(Stored data)
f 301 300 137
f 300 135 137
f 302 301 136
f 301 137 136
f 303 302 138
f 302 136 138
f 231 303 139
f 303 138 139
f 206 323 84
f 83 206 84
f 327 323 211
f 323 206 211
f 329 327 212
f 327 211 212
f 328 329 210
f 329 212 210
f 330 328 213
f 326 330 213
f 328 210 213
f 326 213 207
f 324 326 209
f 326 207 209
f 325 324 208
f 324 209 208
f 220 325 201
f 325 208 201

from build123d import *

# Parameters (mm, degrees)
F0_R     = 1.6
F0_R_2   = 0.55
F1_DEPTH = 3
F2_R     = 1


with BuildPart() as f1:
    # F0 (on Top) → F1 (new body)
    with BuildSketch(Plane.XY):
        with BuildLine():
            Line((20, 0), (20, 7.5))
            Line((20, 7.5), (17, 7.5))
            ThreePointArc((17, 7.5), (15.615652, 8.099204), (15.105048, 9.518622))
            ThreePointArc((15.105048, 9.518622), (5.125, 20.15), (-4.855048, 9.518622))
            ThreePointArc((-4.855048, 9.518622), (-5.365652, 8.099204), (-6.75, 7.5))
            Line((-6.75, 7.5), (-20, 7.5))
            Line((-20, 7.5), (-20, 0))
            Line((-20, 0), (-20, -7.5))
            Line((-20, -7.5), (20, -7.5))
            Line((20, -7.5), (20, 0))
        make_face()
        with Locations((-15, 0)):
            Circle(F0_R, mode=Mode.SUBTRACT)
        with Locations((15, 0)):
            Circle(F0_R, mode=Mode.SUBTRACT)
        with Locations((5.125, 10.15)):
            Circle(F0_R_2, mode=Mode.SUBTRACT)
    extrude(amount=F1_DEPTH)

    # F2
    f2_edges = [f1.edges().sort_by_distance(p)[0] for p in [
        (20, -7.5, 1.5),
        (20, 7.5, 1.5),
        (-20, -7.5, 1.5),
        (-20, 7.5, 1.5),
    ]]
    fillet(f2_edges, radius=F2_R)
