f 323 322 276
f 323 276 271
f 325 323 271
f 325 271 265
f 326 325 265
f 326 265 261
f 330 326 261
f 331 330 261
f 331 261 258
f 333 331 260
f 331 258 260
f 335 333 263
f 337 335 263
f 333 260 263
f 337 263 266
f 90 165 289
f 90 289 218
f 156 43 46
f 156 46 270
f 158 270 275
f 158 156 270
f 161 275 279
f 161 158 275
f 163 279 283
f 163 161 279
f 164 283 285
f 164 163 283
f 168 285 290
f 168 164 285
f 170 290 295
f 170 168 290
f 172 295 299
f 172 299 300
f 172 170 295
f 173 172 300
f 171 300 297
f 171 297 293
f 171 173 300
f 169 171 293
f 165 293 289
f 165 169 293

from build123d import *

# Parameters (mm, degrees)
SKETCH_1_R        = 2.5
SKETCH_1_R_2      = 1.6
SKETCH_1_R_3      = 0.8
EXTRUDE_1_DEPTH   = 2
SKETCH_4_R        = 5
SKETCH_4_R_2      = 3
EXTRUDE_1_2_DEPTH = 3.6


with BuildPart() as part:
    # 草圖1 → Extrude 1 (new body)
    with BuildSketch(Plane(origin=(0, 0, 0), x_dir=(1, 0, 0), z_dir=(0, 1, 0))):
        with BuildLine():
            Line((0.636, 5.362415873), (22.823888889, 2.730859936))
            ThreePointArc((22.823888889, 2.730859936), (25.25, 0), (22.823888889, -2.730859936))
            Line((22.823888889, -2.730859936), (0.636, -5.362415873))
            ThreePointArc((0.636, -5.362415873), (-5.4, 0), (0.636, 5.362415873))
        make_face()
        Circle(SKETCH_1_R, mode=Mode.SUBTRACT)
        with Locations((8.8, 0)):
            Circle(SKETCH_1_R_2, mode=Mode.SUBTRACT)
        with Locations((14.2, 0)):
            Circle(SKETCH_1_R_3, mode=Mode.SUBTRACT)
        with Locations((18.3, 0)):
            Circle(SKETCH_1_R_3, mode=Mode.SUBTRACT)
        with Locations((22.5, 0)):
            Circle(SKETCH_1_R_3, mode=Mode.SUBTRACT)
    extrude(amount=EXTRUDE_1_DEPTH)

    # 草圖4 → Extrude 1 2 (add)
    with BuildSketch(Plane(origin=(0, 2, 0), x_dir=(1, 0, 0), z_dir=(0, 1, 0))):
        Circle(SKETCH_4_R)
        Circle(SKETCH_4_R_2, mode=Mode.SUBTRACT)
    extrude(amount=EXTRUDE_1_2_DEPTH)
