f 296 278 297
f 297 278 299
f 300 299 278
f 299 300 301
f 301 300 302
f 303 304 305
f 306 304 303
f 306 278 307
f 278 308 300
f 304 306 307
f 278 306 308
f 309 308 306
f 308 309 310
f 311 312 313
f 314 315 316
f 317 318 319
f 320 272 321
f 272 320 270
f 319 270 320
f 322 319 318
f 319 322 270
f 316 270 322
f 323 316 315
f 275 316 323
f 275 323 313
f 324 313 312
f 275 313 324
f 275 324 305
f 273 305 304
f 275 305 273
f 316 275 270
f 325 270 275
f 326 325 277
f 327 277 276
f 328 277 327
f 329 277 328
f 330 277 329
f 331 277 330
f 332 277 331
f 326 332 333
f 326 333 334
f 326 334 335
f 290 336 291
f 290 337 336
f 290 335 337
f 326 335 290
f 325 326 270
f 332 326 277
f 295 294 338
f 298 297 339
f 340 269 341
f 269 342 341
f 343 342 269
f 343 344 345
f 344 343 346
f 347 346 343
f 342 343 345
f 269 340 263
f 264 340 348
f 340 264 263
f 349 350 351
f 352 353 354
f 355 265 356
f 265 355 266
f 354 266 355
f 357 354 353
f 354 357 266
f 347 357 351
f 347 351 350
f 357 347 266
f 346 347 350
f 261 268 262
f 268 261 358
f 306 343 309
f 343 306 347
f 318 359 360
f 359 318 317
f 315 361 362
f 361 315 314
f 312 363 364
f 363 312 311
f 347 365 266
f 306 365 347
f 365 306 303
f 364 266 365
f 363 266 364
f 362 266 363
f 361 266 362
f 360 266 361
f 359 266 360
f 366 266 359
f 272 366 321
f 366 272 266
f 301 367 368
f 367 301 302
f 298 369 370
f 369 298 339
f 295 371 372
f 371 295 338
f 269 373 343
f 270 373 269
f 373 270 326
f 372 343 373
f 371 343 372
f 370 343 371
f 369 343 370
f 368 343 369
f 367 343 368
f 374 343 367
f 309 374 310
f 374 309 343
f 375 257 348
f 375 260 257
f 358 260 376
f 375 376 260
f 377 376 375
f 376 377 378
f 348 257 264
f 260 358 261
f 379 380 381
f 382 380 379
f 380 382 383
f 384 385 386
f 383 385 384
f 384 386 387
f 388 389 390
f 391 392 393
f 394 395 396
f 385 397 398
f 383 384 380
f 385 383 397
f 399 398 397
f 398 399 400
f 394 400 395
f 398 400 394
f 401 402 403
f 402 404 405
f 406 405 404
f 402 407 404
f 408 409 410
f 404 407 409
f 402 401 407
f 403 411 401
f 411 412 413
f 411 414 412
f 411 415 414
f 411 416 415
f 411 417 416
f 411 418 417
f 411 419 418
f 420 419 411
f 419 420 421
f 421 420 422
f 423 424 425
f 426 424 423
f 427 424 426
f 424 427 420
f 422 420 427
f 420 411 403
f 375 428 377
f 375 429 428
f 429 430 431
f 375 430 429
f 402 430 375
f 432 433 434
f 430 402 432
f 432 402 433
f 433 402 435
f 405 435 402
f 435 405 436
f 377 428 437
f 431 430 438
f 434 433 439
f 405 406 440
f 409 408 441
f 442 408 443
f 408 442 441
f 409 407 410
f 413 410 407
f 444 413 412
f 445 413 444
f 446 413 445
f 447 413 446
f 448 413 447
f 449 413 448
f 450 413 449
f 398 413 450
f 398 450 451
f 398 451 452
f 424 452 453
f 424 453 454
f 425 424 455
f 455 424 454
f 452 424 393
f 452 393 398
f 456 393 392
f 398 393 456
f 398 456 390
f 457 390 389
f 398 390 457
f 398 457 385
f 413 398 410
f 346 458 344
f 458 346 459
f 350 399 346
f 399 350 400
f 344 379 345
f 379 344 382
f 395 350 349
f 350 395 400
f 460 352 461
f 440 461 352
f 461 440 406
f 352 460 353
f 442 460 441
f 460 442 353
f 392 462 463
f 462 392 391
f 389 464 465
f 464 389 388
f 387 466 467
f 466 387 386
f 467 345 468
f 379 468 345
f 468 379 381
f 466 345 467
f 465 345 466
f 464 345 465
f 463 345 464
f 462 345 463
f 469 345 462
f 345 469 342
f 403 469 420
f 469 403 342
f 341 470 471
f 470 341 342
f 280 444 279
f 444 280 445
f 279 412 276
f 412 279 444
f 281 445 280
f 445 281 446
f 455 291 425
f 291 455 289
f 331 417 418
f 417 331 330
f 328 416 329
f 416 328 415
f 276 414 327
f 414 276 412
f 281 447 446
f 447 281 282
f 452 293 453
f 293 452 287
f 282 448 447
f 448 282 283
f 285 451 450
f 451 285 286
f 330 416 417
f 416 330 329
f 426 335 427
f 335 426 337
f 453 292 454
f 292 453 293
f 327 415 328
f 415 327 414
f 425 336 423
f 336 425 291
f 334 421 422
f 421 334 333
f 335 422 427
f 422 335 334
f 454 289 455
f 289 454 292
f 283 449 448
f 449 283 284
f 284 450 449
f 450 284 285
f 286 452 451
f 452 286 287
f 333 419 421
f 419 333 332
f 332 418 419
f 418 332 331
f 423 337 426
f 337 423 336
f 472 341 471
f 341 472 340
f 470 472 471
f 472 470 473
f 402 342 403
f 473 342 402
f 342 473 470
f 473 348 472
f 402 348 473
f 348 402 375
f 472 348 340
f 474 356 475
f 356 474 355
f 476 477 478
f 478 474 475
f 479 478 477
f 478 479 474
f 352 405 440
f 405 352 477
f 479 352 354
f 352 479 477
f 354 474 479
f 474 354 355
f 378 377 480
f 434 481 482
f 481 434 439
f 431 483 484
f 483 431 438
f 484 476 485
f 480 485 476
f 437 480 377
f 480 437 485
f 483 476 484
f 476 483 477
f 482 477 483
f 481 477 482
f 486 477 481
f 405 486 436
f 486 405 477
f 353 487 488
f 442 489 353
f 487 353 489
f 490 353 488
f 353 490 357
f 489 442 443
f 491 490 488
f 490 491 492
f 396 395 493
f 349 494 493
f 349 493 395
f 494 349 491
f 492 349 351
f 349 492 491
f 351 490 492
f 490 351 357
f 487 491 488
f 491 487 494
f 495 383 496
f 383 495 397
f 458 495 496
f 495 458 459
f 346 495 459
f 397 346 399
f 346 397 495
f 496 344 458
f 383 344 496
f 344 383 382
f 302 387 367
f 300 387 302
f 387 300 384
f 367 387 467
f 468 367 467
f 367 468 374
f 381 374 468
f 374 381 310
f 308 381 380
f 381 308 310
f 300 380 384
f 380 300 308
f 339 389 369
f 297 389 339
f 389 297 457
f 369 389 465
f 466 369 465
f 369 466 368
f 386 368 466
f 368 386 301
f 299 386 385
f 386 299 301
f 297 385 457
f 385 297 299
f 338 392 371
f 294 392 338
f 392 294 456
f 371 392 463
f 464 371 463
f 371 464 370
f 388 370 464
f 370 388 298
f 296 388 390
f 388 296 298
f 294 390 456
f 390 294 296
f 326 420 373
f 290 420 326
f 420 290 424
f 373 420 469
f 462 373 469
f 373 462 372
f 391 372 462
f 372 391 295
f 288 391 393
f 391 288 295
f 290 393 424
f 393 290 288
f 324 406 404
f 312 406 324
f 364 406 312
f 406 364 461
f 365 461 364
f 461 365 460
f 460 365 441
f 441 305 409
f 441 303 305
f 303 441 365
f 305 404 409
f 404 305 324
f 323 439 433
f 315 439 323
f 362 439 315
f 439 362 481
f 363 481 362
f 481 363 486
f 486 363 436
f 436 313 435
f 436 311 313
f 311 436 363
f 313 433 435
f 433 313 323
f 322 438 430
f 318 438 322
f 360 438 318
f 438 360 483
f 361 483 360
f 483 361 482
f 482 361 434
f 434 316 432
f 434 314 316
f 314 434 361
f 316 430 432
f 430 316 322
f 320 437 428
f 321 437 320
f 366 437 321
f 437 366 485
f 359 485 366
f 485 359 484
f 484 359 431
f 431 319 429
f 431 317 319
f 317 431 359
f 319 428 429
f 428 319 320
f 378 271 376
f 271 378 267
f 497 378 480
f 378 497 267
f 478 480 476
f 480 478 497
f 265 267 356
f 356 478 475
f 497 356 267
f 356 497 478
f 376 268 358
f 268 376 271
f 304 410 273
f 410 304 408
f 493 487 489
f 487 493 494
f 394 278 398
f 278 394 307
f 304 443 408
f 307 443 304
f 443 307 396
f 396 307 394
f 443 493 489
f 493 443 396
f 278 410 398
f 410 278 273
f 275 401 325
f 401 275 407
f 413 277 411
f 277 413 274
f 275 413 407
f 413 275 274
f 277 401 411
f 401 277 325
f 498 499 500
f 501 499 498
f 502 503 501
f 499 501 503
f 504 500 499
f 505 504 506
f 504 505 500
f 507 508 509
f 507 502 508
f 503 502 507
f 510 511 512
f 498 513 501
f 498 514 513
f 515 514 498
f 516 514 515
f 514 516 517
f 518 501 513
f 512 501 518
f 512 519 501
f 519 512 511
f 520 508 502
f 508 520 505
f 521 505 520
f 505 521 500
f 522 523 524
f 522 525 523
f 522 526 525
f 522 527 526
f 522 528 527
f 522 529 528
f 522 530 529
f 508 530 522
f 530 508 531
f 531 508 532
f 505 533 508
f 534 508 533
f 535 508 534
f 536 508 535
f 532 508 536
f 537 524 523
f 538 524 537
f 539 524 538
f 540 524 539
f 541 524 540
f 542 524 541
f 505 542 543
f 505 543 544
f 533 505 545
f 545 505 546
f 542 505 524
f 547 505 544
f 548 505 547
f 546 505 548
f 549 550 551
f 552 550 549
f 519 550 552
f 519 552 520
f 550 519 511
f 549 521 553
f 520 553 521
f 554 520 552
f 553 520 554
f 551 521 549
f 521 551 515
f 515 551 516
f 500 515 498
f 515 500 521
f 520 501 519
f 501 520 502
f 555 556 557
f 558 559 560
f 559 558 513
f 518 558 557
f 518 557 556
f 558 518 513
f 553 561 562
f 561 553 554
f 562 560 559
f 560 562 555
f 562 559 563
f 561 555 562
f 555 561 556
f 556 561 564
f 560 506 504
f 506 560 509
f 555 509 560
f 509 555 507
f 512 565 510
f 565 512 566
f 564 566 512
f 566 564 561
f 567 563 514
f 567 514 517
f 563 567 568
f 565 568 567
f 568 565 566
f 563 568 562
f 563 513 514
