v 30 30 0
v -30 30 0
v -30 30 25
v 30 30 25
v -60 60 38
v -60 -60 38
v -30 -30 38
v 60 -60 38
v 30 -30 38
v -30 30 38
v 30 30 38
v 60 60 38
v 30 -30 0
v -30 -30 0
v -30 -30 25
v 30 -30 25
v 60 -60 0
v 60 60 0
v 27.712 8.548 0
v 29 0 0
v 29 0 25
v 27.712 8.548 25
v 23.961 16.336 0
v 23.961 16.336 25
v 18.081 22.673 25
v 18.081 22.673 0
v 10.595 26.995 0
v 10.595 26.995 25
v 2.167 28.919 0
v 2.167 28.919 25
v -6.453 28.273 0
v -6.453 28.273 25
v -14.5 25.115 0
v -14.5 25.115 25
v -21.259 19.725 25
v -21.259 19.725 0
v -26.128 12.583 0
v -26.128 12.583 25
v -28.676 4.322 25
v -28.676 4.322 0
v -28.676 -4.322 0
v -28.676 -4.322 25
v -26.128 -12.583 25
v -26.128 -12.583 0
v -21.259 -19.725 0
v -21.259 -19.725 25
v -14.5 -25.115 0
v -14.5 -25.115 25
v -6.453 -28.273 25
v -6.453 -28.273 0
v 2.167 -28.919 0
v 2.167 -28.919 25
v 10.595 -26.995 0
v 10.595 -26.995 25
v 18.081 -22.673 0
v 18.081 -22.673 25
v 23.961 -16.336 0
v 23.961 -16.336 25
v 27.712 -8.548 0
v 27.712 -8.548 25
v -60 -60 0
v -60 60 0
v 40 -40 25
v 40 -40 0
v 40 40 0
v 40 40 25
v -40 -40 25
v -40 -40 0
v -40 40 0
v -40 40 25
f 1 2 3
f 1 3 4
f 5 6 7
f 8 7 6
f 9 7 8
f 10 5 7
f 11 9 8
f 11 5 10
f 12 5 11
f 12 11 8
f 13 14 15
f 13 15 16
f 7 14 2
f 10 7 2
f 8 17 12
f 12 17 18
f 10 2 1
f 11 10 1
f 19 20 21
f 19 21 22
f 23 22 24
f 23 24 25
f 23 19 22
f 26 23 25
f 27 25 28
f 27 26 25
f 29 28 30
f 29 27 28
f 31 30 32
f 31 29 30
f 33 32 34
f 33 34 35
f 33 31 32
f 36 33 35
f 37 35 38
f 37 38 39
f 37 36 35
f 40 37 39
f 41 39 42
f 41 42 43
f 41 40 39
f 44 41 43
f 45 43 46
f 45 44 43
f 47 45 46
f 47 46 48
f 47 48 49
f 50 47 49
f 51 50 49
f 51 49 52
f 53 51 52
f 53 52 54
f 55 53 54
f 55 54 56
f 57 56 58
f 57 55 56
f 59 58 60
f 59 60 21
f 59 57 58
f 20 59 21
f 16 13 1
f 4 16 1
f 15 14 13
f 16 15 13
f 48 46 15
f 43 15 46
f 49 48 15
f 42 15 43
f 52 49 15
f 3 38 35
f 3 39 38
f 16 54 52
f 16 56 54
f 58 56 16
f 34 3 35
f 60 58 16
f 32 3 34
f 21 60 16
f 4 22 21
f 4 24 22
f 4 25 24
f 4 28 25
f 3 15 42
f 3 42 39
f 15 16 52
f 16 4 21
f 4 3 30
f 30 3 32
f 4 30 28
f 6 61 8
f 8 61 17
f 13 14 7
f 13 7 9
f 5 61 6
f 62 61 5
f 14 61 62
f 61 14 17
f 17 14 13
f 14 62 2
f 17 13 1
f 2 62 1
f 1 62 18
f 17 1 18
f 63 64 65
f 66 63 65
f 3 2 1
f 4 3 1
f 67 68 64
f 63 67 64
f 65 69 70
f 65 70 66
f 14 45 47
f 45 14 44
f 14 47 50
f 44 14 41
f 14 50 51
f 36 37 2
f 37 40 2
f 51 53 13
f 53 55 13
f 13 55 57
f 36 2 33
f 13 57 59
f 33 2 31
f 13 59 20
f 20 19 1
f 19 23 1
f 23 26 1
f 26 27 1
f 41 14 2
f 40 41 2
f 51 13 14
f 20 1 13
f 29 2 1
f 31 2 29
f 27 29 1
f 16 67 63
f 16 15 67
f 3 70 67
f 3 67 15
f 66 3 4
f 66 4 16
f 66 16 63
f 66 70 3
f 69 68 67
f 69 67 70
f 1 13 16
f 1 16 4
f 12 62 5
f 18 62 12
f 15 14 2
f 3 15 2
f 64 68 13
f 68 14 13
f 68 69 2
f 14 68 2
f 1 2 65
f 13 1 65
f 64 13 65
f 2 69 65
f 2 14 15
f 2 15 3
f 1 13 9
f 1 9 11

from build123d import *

# Parameters (mm, degrees)
F0_W     = 120
F0_H     = 120
F0_W_2   = 80
F0_H_2   = 80
F0_W_3   = 60
F0_H_3   = 60
F1_DEPTH = 38
F2_DEPTH = 25
F0_R     = 29
F3_DEPTH = 25


with BuildPart() as f1:
    # F0 (on Top) → F1 (new body)
    with BuildSketch(Plane.XY):
        Rectangle(F0_W, F0_H)
        Rectangle(F0_W_2, F0_H_2, mode=Mode.SUBTRACT)
        Rectangle(F0_W_2, F0_H_2)
        Rectangle(F0_W_3, F0_H_3, mode=Mode.SUBTRACT)
    extrude(amount=F1_DEPTH)


with BuildPart() as f2:
    # F0 (on Top) → F2 (new body)
    with BuildSketch(Plane.XY):
        Rectangle(F0_W_2, F0_H_2)
        Rectangle(F0_W_3, F0_H_3, mode=Mode.SUBTRACT)
    extrude(amount=F2_DEPTH)


with BuildPart() as f3:
    # F0 (on Top) → F3 (new body)
    with BuildSketch(Plane.XY):
        Rectangle(F0_W_3, F0_H_3)
        Circle(F0_R, mode=Mode.SUBTRACT)
    extrude(amount=F3_DEPTH)


solid = Compound([f1.part, f2.part, f3.part])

• [Work item]
From the entries above, print the lines beginning at the one with "f 171 297 293" and stopping after the one with "Line((0.636, 5.362415873), (22.823888889, 2.730859936))", exactly as written and with nothing else.

• [Solution for this task]
f 171 297 293
f 171 173 300
f 169 171 293
f 165 293 289
f 165 169 293

from build123d import *

# Parameters (mm, degrees)
SKETCH_1_R        = 2.5
SKETCH_1_R_2      = 1.6
SKETCH_1_R_3      = 0.8
EXTRUDE_1_DEPTH   = 2
SKETCH_4_R        = 5
SKETCH_4_R_2      = 3
EXTRUDE_1_2_DEPTH = 3.6


with BuildPart() as part:
    # 草圖1 → Extrude 1 (new body)
    with BuildSketch(Plane(origin=(0, 0, 0), x_dir=(1, 0, 0), z_dir=(0, 1, 0))):
        with BuildLine():
            Line((0.636, 5.362415873), (22.823888889, 2.730859936))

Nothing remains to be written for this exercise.